Arsalan’s mouth tilted up into a smile as he said, “I am glad it has led you where you needed to be.” He picked the towel up from the ground, tossing it into the hamper. Althea peered to the window, moonlight trickling in. She wondered what time it was…
“How long ago did we… take that brew?” she asked, it had been daylight… likely only approaching midday when she’d been swept beneath the curtain of this reality.
“About twelve hours ago… It's nearing midnight.” She blinked. Holy mother… she had been unconscious for that long? Arsalan reappeared after washing his hands and opened her wardrobe to grab a set of cotton nightclothes.
“Change into something more comfortable, and get some rest, okay? Take the rest of the week to fuel your body with food and recover, we will begin our combat training next week.” She nodded and he laid the garments beside her on the bed before strolling to the wooden chair and grabbing his pack. Had he sat there the entire time? Waiting for her to awaken? She supposed he had.
“Rest well Althea, is there anything you need before I go?” he asked, turning to look at her. If she were being honest with both him and herself, she didn’t really want to be alone with her wandering mind and thoughts right now, but she didn’t dare say that.

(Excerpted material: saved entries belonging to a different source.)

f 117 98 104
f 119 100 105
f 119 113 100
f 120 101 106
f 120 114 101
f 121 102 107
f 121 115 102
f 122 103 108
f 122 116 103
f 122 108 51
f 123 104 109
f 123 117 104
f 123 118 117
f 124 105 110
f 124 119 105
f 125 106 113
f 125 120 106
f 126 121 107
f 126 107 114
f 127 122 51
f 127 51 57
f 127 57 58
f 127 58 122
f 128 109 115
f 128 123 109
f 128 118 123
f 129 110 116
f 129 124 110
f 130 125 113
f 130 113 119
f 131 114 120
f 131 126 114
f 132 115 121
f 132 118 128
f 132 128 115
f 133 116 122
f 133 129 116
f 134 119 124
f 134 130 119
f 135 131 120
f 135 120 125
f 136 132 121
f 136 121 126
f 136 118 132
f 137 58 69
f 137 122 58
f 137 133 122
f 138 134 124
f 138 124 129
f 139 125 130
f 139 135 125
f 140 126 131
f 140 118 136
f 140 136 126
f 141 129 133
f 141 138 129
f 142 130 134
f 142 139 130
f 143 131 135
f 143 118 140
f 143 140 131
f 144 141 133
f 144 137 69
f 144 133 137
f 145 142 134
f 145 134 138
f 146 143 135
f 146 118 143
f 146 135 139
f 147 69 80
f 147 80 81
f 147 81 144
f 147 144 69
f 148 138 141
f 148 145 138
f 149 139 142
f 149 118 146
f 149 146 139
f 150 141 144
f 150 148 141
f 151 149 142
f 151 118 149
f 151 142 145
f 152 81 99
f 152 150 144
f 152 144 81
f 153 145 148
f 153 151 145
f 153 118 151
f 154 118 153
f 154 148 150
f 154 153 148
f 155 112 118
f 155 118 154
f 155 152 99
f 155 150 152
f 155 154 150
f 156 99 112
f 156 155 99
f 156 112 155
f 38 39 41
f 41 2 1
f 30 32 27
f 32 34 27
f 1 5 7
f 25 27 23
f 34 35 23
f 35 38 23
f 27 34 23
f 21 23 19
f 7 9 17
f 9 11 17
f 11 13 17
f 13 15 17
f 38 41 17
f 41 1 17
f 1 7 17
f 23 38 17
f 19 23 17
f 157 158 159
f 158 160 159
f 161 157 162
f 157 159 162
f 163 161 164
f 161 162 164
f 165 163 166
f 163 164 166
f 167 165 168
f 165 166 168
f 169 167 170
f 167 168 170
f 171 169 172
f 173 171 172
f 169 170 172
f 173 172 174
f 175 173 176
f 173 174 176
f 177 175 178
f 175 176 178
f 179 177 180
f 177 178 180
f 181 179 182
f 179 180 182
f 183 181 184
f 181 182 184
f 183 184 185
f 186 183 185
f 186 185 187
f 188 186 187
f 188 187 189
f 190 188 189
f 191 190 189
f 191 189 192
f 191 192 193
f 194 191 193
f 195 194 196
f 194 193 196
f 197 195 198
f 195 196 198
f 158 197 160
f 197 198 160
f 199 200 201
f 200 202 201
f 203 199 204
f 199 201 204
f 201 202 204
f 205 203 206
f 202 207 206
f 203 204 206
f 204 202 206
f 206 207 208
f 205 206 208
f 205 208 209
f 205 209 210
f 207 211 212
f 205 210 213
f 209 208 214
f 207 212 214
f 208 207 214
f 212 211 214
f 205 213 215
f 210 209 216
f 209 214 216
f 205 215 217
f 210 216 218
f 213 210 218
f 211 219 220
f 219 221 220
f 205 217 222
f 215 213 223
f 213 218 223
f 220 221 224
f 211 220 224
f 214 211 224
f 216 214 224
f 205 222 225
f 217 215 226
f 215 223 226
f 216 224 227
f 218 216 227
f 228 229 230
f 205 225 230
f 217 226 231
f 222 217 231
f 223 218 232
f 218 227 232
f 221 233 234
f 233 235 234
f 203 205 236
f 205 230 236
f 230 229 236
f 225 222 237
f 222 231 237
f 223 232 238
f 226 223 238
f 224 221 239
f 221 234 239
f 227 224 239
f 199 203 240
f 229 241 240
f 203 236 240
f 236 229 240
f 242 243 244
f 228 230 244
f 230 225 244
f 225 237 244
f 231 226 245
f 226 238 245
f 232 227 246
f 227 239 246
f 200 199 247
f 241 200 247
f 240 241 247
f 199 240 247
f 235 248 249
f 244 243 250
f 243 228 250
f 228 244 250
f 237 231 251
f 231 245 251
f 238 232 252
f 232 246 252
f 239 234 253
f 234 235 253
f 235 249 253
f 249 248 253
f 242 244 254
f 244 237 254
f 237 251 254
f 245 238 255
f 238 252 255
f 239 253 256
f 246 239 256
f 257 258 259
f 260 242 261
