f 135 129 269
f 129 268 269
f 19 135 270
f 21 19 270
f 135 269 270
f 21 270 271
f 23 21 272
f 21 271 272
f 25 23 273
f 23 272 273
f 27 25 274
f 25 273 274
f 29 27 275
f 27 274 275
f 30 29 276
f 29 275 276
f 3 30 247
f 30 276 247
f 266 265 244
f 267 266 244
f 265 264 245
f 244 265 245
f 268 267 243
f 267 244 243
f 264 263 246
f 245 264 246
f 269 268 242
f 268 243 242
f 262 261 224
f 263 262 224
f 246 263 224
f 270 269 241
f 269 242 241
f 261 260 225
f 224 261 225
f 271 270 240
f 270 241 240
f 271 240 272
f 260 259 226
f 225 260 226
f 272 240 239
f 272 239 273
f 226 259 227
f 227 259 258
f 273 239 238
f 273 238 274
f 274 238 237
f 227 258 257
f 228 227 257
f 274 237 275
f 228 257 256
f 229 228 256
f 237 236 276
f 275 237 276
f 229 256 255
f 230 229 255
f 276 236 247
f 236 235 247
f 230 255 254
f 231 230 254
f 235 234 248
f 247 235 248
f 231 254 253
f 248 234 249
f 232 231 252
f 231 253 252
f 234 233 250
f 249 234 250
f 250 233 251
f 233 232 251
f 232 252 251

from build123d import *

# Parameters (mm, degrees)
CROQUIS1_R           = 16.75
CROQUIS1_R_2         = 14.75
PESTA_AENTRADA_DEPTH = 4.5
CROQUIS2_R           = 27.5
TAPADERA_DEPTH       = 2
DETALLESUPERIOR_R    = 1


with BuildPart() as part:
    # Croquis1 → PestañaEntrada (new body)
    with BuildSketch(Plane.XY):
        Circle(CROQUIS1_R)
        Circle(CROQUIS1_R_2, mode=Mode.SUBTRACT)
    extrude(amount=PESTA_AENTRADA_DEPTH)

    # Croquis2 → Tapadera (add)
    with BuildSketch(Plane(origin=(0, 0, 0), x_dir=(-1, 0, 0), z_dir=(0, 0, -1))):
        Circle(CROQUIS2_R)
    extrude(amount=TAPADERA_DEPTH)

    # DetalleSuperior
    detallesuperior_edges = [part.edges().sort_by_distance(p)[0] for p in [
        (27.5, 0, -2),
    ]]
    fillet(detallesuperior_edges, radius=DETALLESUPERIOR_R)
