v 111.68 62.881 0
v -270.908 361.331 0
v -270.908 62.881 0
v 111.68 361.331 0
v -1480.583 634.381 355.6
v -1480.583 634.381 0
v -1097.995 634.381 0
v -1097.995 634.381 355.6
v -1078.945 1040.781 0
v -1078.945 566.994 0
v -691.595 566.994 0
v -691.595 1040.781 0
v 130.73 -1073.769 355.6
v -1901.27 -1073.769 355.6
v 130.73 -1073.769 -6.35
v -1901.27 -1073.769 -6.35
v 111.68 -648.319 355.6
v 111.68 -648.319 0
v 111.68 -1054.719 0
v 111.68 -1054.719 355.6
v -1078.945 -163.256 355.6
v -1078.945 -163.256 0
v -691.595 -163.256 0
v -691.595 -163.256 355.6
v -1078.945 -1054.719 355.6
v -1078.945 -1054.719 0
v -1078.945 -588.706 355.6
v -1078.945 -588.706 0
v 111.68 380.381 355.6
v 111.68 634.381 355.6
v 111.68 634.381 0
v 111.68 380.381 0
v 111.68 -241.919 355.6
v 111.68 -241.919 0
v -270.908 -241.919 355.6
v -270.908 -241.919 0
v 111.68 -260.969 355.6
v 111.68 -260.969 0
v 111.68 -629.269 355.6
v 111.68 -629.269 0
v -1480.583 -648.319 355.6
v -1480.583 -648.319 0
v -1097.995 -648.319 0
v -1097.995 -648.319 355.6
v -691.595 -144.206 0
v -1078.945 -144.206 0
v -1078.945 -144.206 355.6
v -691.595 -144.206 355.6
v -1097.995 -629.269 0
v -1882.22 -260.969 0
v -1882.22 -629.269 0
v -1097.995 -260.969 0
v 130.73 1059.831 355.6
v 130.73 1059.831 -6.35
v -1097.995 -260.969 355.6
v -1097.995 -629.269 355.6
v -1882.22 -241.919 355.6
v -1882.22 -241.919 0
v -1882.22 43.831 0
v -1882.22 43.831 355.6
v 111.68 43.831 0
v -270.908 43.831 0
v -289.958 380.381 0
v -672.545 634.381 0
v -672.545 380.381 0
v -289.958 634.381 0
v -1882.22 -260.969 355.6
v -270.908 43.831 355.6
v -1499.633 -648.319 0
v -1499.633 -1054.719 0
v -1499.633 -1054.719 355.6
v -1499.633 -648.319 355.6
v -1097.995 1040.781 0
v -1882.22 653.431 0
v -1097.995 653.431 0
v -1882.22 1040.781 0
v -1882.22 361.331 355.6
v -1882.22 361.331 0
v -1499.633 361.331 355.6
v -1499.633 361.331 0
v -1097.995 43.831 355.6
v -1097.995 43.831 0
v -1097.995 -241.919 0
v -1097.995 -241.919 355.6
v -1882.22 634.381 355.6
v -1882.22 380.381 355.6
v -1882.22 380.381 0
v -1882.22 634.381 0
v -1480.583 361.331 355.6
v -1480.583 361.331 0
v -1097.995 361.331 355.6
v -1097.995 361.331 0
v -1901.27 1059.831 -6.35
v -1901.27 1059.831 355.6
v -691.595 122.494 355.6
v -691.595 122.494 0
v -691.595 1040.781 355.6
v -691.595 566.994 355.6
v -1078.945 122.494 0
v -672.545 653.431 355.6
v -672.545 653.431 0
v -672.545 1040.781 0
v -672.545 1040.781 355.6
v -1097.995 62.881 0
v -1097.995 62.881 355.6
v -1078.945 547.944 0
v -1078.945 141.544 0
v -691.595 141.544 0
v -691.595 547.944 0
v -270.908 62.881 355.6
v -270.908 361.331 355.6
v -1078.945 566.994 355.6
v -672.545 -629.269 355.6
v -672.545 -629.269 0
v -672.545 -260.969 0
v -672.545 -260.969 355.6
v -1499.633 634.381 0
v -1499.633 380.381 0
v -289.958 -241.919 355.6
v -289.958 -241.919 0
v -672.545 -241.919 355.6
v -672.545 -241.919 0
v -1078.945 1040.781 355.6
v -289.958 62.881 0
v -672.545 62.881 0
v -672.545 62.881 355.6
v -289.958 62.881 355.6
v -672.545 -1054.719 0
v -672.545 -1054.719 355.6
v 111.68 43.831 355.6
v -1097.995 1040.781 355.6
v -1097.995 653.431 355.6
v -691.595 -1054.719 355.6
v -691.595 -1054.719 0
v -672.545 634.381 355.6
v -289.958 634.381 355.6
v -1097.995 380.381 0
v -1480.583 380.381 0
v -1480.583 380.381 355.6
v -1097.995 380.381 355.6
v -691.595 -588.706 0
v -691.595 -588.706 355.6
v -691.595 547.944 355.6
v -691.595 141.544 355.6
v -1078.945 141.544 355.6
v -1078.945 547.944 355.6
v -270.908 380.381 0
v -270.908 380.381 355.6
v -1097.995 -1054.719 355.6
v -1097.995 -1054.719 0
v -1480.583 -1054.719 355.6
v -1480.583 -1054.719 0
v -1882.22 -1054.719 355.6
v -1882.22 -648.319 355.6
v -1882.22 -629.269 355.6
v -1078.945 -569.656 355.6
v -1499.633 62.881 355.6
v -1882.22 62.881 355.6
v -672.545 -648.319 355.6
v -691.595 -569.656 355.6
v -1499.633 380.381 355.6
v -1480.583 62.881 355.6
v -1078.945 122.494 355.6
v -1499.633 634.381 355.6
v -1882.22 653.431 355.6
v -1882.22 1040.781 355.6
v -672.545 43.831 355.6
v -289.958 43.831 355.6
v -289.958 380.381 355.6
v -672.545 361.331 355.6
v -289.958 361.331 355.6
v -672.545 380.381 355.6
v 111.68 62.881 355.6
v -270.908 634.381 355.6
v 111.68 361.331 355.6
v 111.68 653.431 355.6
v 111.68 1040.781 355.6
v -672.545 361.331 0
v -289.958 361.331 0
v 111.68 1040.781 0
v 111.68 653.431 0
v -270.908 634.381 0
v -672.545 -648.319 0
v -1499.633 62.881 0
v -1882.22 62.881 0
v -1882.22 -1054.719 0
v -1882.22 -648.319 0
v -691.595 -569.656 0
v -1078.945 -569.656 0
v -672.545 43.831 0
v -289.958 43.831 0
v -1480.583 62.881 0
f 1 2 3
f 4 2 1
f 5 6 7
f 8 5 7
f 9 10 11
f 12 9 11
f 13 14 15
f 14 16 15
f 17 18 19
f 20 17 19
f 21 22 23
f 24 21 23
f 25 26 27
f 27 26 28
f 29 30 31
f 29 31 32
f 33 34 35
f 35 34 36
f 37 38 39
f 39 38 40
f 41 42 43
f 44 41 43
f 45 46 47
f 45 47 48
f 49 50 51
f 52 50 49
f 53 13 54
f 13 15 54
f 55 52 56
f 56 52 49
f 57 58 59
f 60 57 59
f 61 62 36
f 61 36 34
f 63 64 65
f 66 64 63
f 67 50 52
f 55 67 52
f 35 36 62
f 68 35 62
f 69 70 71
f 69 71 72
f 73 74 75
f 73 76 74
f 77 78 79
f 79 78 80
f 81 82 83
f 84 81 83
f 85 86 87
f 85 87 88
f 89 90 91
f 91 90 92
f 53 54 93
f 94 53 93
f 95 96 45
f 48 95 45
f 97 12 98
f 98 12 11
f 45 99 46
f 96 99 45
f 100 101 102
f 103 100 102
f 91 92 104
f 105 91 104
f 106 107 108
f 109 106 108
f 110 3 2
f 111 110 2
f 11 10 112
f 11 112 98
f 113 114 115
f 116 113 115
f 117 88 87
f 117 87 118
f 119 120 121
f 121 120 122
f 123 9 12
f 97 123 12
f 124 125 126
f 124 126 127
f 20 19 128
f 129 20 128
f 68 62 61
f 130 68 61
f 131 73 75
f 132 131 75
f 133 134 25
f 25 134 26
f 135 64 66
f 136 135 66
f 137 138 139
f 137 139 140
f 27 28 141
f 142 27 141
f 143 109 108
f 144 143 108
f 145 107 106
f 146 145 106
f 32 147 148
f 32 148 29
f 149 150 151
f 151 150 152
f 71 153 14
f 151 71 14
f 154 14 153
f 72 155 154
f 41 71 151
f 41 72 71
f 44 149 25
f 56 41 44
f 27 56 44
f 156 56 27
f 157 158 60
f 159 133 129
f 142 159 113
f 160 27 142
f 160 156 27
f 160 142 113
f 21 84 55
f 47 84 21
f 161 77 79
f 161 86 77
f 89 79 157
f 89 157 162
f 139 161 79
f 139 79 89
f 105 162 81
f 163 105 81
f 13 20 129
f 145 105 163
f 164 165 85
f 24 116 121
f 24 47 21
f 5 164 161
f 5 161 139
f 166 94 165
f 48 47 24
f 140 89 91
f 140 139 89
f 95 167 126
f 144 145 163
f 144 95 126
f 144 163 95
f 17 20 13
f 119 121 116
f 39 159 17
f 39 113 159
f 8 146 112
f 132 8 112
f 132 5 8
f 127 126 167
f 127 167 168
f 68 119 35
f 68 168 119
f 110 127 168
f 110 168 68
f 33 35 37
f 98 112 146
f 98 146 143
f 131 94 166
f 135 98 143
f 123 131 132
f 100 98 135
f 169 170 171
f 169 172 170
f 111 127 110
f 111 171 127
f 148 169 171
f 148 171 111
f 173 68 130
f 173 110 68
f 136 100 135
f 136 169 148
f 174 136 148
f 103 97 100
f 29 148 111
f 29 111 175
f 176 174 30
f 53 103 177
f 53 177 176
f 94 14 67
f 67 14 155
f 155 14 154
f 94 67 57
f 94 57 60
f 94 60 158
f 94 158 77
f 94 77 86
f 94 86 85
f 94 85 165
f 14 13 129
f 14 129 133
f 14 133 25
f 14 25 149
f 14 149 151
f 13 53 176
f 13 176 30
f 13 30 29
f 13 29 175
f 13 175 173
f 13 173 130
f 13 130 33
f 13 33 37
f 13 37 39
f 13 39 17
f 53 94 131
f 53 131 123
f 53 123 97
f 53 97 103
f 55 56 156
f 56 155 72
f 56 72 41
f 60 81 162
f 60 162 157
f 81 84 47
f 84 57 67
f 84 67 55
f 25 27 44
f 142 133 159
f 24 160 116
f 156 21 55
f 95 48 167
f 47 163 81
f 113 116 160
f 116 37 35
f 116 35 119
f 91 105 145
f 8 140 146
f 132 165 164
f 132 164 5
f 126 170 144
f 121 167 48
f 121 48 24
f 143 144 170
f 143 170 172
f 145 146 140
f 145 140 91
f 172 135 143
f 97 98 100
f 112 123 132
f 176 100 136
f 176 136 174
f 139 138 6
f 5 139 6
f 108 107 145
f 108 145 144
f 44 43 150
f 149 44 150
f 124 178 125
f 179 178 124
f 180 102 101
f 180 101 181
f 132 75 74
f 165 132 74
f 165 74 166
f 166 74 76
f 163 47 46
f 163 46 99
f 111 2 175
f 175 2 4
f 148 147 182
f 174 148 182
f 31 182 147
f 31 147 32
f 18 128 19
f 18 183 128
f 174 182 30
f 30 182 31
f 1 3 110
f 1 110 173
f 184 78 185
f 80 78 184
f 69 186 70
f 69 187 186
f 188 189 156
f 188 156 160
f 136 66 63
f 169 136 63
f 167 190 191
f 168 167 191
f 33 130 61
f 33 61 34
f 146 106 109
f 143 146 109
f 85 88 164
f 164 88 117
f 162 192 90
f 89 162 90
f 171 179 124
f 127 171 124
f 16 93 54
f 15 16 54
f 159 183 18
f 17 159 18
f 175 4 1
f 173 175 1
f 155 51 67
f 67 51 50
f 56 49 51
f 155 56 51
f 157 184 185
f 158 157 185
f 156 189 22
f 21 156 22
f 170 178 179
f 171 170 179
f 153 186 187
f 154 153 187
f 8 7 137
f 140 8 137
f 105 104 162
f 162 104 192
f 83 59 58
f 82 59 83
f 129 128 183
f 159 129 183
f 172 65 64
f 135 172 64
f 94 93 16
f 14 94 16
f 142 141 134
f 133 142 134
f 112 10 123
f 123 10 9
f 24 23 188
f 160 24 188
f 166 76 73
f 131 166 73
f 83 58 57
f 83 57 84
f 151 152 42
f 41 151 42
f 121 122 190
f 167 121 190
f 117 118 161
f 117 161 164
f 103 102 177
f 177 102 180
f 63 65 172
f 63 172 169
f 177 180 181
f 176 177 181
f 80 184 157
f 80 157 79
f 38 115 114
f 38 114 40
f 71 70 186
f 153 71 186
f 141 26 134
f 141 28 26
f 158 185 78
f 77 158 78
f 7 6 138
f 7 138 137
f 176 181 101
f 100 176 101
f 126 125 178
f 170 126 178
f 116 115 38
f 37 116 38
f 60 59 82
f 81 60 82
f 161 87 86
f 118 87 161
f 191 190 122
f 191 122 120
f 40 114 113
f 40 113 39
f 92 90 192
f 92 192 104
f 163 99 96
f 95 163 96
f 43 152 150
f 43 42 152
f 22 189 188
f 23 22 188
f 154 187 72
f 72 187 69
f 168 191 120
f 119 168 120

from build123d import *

# Parameters (mm, degrees)
F0_W     = 784.225
F0_H     = 387.35
F0_W_2   = 382.5875
F0_H_2   = 406.4
F0_H_3   = 254
F0_W_3   = 387.35
F0_H_4   = 473.7870542765
F0_W_4   = 19.05
F0_H_5   = 19.05
F0_H_6   = 368.3
F0_H_7   = 298.45
F0_H_8   = 466.0129457235
F0_H_9   = 285.75
F0_H_10  = 266.7
F1_DEPTH = 6.35
F2_DEPTH = 355.6


with BuildPart() as f1:
    # F0 (on Top) → F1 (new body)
    with BuildSketch(Plane.XY):
        Polygon((-1882.2203393722, 1059.8308014154), (-1901.2703393722, 1059.8308014154), (-1901.2703393722, -1073.7691985846), (-1882.2203393722, -1073.7691985846), (-1882.2203393722, -1054.7191985846), (-1882.2203393722, -648.3191985846), (-1882.2203393722, -629.2691985846), (-1882.2203393722, -260.9691985846), (-1882.2203393722, -241.9191985846), (-1882.2203393722, 43.8308014154), (-1882.2203393722, 62.8808014154), (-1882.2203393722, 361.3308014154), (-1882.2203393722, 380.3808014154), (-1882.2203393722, 634.3808014154), (-1882.2203393722, 653.4308014154), (-1882.2203393722, 1040.7808014154), align=None)
        Polygon((-682.0703393722, 1059.8308014154), (-1882.2203393722, 1059.8308014154), (-1882.2203393722, 1040.7808014154), (-1097.9953393722, 1040.7808014154), (-1078.9453393722, 1040.7808014154), (-691.5953393722, 1040.7808014154), (-672.5453393722, 1040.7808014154), (111.6796606278, 1040.7808014154), (111.6796606278, 1059.8308014154), align=None)
        with Locations((-1490.1078393722, 847.1058014154)):
            Rectangle(F0_W, F0_H)
        Polygon((-1882.2203393722, -1054.7191985846), (-1882.2203393722, -1073.7691985846), (111.6796606278, -1073.7691985846), (111.6796606278, -1054.7191985846), (-672.5453393722, -1054.7191985846), (-691.5953393722, -1054.7191985846), (-1078.9453393722, -1054.7191985846), (-1097.9953393722, -1054.7191985846), (-1480.5828393722, -1054.7191985846), (-1499.6328393722, -1054.7191985846), align=None)
        Polygon((130.7296606278, 1059.8308014154), (111.6796606278, 1059.8308014154), (111.6796606278, 1040.7808014154), (111.6796606278, 653.4308014154), (111.6796606278, 634.3808014154), (111.6796606278, 380.3808014154), (111.6796606278, 361.3308014154), (111.6796606278, 62.8808014154), (111.6796606278, 43.8308014154), (111.6796606278, -241.9191985846), (111.6796606278, -260.9691985846), (111.6796606278, -629.2691985846), (111.6796606278, -648.3191985846), (111.6796606278, -1054.7191985846), (111.6796606278, -1073.7691985846), (130.7296606278, -1073.7691985846), align=None)
        Polygon((-1097.9953393722, 653.4308014154), (-1882.2203393722, 653.4308014154), (-1882.2203393722, 634.3808014154), (-1499.6328393722, 634.3808014154), (-1480.5828393722, 634.3808014154), (-1097.9953393722, 634.3808014154), align=None)
        Polygon((-1078.9453393722, 1040.7808014154), (-1097.9953393722, 1040.7808014154), (-1097.9953393722, 653.4308014154), (-1097.9953393722, 634.3808014154), (-1097.9953393722, 380.3808014154), (-1097.9953393722, 361.3308014154), (-1097.9953393722, 62.8808014154), (-1097.9953393722, 43.8308014154), (-1097.9953393722, -241.9191985846), (-1097.9953393722, -260.9691985846), (-1097.9953393722, -629.2691985846), (-1097.9953393722, -648.3191985846), (-1097.9953393722, -1054.7191985846), (-1078.9453393722, -1054.7191985846), (-1078.9453393722, -588.706252861), (-1078.9453393722, -569.656252861), (-1078.9453393722, -163.256252861), (-1078.9453393722, -144.206252861), (-1078.9453393722, 122.493747139), (-1078.9453393722, 141.543747139), (-1078.9453393722, 547.943747139), (-1078.9453393722, 566.993747139), align=None)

He’d already done more than enough for her. So Althea just shook her head.
“No… thank you for watching over me Arsalan, goodnight.” Something twinkled in those bright eyes of his, she could see it even through the darkness. Then he nodded and exited her bedchamber.
After changing into her nightclothes, Althea laid back down in her bed, Archibald coming to nestle in beside her. But sleep did not greet her quickly… nor did it claim her for passing hours as she sat, pondering all that she could remember of what she’d experienced. She was scared that if she closed her eyes and let her mind soar free, she would wake to forget the urgency behind what that entity had implied. Its world was dying… and she didn’t know why it mattered to her, or how she tied into helping it, but she would start by not letting herself forget that which had been whispered into her. Little wind spirit, it had called her. Just as the wind carries with it the tales of past lives as it sweeps over the earth, weaving them into the fabric of the land, she too would embed this experience into her memory.